Liderlik yarışında iki marka
Araştırma sonuçlarına göre, katılımcıların çay markası tercihlerinde iki marka öne çıkıyor. Yüzde 40 ile Çaykur birinci sırada yer alırken, yüzde 36 ile Lipton liderlik yarışında ikinci sıraya sahip oluyor. Toplamda yüzde 76’lık payla, Çaykur ve Lipton marka tercihlerinin büyük bir kısmını oluşturuyor. Listenin üçüncü sırasında yüzde 8 ile Doğuş Çay yer alırken onu yüzde 4 ile Doğadan, yüzde 3 ile Ofçay ve Karali takip ediyor. “Kaçak çay” olarak tabir edilen, bandrolsüz veya markasız satılan; gıda denetiminden geçmeden piyasaya sürülen çaylar ise, yüzde 2’yle listenin yedinci sırasında.
Kahvaltıda çay içilir
En çok çay tüketilen öğünlerin başında, yüzde 97 ile kahvaltı geliyor. Kahvaltıyı yüzde 64 ile atıştırmalık yiyeceklerin revaçta olduğu ara öğünler izlerken, yüzde 49 ile akşam yemeği üçüncü sırada yer alıyor. Öğle yemeği ise yüzde 39 ile çayın en az tüketildiği öğün olarak dikkat çekiyor. Ana ve ara öğünler toplamında, katılımcılar günde ortalama 6-7 bardak çay tüketiyor.
Çayın tadı en güzel evde çıkar
Pandemiyle birlikte değişmeyen yegane alışkanlıklarımızdan bir tanesi öyle görünüyor ki çayı evde içmek oldu. Araştırma katılımcılarının yüzde 89’u çayı en çok evde içtiğini belirtirken dışarıda çay içenlerin oranı kafe/ restoran ve işyeri olmak üzere ikiye ayrılıyor. Restoranlarda çay içenlerin oranı yüzde 80 ile ikinci sırada yer alırken işyerinde çay içme oranı yüzde 56 ile sınırlı kalıyor. Çayını dışarıda içmeyi tercih edenler çaya haftalık ortalama 23 TL harcadıklarını belirtirken çaya en çok yatırım yapan sosyoekonomik grubun C SES grubu olduğu görülüyor.
Siyah çay keyif, bitki çayı zayıflamak için
Siyah çayın kültürümüzdeki yeri ve tüketiminde bize hissettirdiklerine ışık tuttuk. Peki ya bitki çayı neden ve ne sıklıkla içiliyor? Araştırma katılımcılarından bitki çayı içtiğini belirten kesim günde bir kez bitki çayı içtiğini belirtirken tüketim nedenlerinin başında yüzde 27 ile metabolizmayı hızlandırması yer alıyor. Birinci nedenle elele giden “sağlıklı” yanıtı yüzde 20 ile ikinci ve “zayıflamak” yüzde 15 ile üçüncü sırada yer alırken bitki çayını tadını sevdikleri için içenlerin oranı yüzde 4 ile listenin en sonunda konumlanıyor.

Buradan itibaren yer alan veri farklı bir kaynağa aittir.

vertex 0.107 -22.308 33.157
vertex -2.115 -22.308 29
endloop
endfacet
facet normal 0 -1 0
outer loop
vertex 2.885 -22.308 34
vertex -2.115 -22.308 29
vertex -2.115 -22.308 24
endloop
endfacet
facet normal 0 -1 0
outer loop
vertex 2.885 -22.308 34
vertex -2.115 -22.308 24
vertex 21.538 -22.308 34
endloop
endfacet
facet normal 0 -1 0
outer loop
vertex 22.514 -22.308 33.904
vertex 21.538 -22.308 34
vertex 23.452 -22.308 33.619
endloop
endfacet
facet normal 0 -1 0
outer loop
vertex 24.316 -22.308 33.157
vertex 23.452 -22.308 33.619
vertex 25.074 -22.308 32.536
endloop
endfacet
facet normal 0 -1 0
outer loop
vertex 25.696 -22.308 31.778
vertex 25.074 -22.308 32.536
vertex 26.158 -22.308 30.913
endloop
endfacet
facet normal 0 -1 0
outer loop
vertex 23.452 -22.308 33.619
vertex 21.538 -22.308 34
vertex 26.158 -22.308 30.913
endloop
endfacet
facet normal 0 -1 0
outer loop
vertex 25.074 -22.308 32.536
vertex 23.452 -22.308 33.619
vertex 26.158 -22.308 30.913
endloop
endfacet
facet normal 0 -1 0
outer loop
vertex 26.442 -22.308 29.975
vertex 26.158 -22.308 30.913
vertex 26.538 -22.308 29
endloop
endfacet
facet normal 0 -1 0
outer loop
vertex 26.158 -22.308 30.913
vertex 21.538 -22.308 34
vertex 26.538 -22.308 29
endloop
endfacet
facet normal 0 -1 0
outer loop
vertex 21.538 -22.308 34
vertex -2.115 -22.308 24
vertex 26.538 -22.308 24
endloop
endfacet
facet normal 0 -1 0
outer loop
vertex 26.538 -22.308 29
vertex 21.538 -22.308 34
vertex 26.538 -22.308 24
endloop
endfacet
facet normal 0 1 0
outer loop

Nedeni fark etmeksizin hangi bitki çayı türünü en çok tükettikleri sorulduğunda adaçayı yüzde 36 ile ilk sırada yer alırken onu yüzde 34 ile yeşilçay, yüzde 28 ile ıhlamur ve yüzde 24 ile papatya takip ediyor. En az tercih edilen bitki çaylarında kiraz ve ekinezya yüzde 3 ile sonunculuğu paylaşıyor.

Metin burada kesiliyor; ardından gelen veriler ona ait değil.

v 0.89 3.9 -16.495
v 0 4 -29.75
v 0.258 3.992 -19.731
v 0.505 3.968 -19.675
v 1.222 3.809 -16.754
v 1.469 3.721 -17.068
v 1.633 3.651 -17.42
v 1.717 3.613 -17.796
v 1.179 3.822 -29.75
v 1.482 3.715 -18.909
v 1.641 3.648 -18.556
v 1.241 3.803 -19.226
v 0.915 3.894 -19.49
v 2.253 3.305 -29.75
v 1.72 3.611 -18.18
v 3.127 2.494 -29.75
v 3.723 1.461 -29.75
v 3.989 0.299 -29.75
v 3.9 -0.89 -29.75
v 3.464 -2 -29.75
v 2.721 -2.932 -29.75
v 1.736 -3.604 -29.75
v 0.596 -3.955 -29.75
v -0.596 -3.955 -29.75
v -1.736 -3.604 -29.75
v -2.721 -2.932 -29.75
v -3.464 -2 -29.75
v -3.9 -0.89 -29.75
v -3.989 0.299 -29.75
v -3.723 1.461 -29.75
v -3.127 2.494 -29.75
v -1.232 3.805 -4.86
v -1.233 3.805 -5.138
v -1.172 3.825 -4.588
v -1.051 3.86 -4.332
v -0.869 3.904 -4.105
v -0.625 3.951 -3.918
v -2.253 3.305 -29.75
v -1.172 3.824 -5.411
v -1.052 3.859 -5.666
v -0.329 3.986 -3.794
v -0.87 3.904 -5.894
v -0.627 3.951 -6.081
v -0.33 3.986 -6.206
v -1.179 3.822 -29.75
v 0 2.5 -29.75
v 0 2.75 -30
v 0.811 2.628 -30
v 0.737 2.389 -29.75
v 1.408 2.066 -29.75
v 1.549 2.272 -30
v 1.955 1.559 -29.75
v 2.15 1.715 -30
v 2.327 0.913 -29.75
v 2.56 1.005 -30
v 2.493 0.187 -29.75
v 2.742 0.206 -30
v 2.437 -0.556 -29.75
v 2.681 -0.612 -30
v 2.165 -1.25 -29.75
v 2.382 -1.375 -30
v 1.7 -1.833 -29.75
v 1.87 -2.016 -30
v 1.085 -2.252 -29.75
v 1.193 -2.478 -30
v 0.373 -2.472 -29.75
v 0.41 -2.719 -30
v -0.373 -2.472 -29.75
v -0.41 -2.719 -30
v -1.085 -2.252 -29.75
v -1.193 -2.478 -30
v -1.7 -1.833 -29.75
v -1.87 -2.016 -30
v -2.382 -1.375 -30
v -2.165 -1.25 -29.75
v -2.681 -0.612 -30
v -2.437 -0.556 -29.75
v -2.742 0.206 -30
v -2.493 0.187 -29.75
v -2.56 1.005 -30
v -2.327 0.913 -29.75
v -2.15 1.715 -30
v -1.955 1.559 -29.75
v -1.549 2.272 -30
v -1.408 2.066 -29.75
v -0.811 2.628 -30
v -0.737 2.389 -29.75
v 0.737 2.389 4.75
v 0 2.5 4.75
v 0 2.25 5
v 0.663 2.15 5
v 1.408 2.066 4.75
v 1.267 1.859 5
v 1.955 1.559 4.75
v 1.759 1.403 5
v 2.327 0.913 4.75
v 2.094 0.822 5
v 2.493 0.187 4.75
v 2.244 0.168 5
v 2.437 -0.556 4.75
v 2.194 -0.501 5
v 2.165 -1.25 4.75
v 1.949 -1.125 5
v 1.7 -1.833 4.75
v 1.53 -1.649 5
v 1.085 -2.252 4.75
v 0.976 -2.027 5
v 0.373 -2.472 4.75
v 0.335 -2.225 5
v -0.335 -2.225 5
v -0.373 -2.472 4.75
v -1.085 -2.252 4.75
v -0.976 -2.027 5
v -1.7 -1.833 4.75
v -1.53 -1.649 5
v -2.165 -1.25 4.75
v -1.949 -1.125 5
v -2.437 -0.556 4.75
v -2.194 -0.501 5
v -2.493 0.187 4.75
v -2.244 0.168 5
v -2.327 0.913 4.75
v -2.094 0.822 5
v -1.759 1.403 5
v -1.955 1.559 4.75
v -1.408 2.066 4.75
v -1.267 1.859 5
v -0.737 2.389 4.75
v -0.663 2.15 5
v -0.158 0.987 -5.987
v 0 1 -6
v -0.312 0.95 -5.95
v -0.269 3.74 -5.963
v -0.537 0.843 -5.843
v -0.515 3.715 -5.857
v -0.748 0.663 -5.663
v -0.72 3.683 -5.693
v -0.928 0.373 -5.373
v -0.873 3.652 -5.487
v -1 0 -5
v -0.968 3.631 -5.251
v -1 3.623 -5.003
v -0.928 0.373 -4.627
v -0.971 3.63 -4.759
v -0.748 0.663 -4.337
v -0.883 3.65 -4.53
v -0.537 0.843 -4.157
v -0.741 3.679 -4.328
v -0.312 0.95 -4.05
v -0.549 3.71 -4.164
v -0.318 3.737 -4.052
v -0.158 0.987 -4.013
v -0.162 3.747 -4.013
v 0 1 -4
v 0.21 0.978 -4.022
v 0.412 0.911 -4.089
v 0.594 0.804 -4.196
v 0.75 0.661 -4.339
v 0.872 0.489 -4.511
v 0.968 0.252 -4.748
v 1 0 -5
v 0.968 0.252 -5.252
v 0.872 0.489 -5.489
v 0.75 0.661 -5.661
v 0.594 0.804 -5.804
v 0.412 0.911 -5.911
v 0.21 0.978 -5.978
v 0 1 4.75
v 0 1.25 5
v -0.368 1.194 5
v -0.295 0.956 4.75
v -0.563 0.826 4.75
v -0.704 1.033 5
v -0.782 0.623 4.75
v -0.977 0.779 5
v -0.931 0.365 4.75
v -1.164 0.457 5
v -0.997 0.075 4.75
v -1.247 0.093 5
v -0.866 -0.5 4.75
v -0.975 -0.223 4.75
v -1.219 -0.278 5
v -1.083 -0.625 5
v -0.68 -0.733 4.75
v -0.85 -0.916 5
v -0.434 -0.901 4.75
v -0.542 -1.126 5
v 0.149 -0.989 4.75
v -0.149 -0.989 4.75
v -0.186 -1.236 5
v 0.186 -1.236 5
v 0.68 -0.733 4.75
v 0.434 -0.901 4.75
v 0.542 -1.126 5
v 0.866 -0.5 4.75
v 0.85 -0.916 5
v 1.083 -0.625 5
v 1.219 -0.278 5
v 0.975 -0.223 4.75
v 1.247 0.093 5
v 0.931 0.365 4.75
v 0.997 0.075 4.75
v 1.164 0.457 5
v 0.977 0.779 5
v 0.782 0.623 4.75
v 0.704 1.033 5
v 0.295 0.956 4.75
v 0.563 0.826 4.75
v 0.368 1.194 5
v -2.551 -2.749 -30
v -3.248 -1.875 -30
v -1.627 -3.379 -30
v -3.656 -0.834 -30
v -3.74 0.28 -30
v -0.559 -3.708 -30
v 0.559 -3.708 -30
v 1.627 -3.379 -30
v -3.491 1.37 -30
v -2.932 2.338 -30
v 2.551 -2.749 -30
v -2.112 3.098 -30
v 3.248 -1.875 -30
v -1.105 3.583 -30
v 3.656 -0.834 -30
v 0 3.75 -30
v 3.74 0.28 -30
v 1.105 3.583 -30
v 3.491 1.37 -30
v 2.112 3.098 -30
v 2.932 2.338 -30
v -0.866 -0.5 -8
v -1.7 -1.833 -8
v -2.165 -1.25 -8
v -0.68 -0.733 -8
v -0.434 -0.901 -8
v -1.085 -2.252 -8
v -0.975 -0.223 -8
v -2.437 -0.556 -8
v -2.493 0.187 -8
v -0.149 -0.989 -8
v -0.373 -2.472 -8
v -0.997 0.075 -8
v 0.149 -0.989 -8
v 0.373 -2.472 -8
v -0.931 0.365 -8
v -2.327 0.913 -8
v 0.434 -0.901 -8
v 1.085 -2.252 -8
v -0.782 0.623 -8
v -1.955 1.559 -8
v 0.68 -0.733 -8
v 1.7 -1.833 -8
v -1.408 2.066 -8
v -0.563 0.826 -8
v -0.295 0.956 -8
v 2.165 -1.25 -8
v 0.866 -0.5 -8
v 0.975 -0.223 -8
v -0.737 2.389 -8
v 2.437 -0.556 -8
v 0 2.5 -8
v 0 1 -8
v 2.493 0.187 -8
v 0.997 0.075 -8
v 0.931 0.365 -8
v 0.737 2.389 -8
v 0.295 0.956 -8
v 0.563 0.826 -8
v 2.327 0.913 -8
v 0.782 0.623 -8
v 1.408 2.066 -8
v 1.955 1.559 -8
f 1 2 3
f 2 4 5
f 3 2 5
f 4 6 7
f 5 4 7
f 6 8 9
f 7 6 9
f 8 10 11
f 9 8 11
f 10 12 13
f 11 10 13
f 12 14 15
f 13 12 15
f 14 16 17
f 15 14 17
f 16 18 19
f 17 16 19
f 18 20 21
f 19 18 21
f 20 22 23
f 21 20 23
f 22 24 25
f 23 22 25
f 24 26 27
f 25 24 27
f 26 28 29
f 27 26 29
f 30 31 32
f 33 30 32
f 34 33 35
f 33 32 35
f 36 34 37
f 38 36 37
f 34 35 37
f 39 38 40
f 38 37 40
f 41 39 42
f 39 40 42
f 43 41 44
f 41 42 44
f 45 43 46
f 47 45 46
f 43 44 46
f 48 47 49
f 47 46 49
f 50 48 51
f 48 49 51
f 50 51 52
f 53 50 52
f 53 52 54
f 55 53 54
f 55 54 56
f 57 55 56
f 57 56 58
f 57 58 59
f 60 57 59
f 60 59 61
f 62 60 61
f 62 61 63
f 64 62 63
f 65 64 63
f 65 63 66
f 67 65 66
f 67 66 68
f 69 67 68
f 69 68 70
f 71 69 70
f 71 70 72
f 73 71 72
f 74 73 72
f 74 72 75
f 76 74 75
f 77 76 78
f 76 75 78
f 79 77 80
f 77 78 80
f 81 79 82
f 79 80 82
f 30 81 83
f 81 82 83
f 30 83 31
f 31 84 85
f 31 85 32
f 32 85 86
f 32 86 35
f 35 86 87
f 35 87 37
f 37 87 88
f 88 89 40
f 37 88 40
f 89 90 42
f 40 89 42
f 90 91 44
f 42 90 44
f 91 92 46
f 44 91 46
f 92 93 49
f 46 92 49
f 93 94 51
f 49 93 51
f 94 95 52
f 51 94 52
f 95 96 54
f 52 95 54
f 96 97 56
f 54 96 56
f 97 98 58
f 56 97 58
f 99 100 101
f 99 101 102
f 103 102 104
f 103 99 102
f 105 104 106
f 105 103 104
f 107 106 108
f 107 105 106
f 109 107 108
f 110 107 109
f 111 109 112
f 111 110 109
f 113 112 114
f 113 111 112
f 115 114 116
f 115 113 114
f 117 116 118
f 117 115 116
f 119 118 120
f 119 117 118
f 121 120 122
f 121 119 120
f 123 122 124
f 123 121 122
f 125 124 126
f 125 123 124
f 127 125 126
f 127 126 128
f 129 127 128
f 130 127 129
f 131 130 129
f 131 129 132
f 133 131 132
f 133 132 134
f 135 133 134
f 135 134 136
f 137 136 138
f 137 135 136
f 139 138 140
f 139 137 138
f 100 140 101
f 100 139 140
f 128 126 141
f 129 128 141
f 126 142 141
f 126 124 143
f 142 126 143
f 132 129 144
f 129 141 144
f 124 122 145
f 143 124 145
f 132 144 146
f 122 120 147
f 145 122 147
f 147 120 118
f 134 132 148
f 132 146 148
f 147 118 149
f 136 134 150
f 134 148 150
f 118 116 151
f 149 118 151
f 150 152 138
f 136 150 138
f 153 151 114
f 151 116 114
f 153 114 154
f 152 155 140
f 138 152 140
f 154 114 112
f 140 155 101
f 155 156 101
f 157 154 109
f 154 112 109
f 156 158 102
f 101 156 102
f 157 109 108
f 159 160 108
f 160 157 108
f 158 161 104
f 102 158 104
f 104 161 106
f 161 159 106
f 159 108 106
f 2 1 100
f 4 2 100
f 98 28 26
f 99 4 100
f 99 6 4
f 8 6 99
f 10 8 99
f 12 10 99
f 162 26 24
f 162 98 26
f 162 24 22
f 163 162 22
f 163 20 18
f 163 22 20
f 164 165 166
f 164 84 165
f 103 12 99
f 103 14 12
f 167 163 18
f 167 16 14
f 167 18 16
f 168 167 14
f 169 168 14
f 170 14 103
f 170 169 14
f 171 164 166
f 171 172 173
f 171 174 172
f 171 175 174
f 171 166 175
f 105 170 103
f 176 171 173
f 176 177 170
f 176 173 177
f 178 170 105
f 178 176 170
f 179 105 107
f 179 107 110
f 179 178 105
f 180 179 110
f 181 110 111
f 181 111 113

Bazı gelenekler kolay unutulmuyor
Çaya eşlik eden ürünlerde simit geleneği yerini bisküvi ve kek türevlerine bıraktıysa da çayın yapılış şeklinde köklerden kopma henüz gerçekleşmemiş demek mümkün. Öyle ki teknoloji çok sevdiğimiz çaya ulaşmamızı hızlandıran kettle (yüzde 19) ve çay makinesi (yüzde 32) gibi buluşları gümüş tepsiyle bize sunsa da yüzde 90’ımız çayı demlikte yapmaya devam ediyoruz.
Çayın da organiği makbul!
Pandeminin nerede bulunduğu fark etmeksizin tüm tüketicilere kazandırdığı bir beklenti, tükettikleri ürünlerin organik ve sürdürülebilir kaynaklardan üretilmeleri oldu. Bu trend çay sektörüne de taşınırken tüketiciler yeni bir çay markasından ne bekledikleri sorulduğunda en çok organik/katkısız olmasına önem verdiklerini belirtiyor. Onu “hoş kokulu olması” ikinci sırada takip ederken tüm zamanların en önemli tercih faktörlerinden fiyat kendine yüzde 14 ile üçüncü sırada yer buluyor.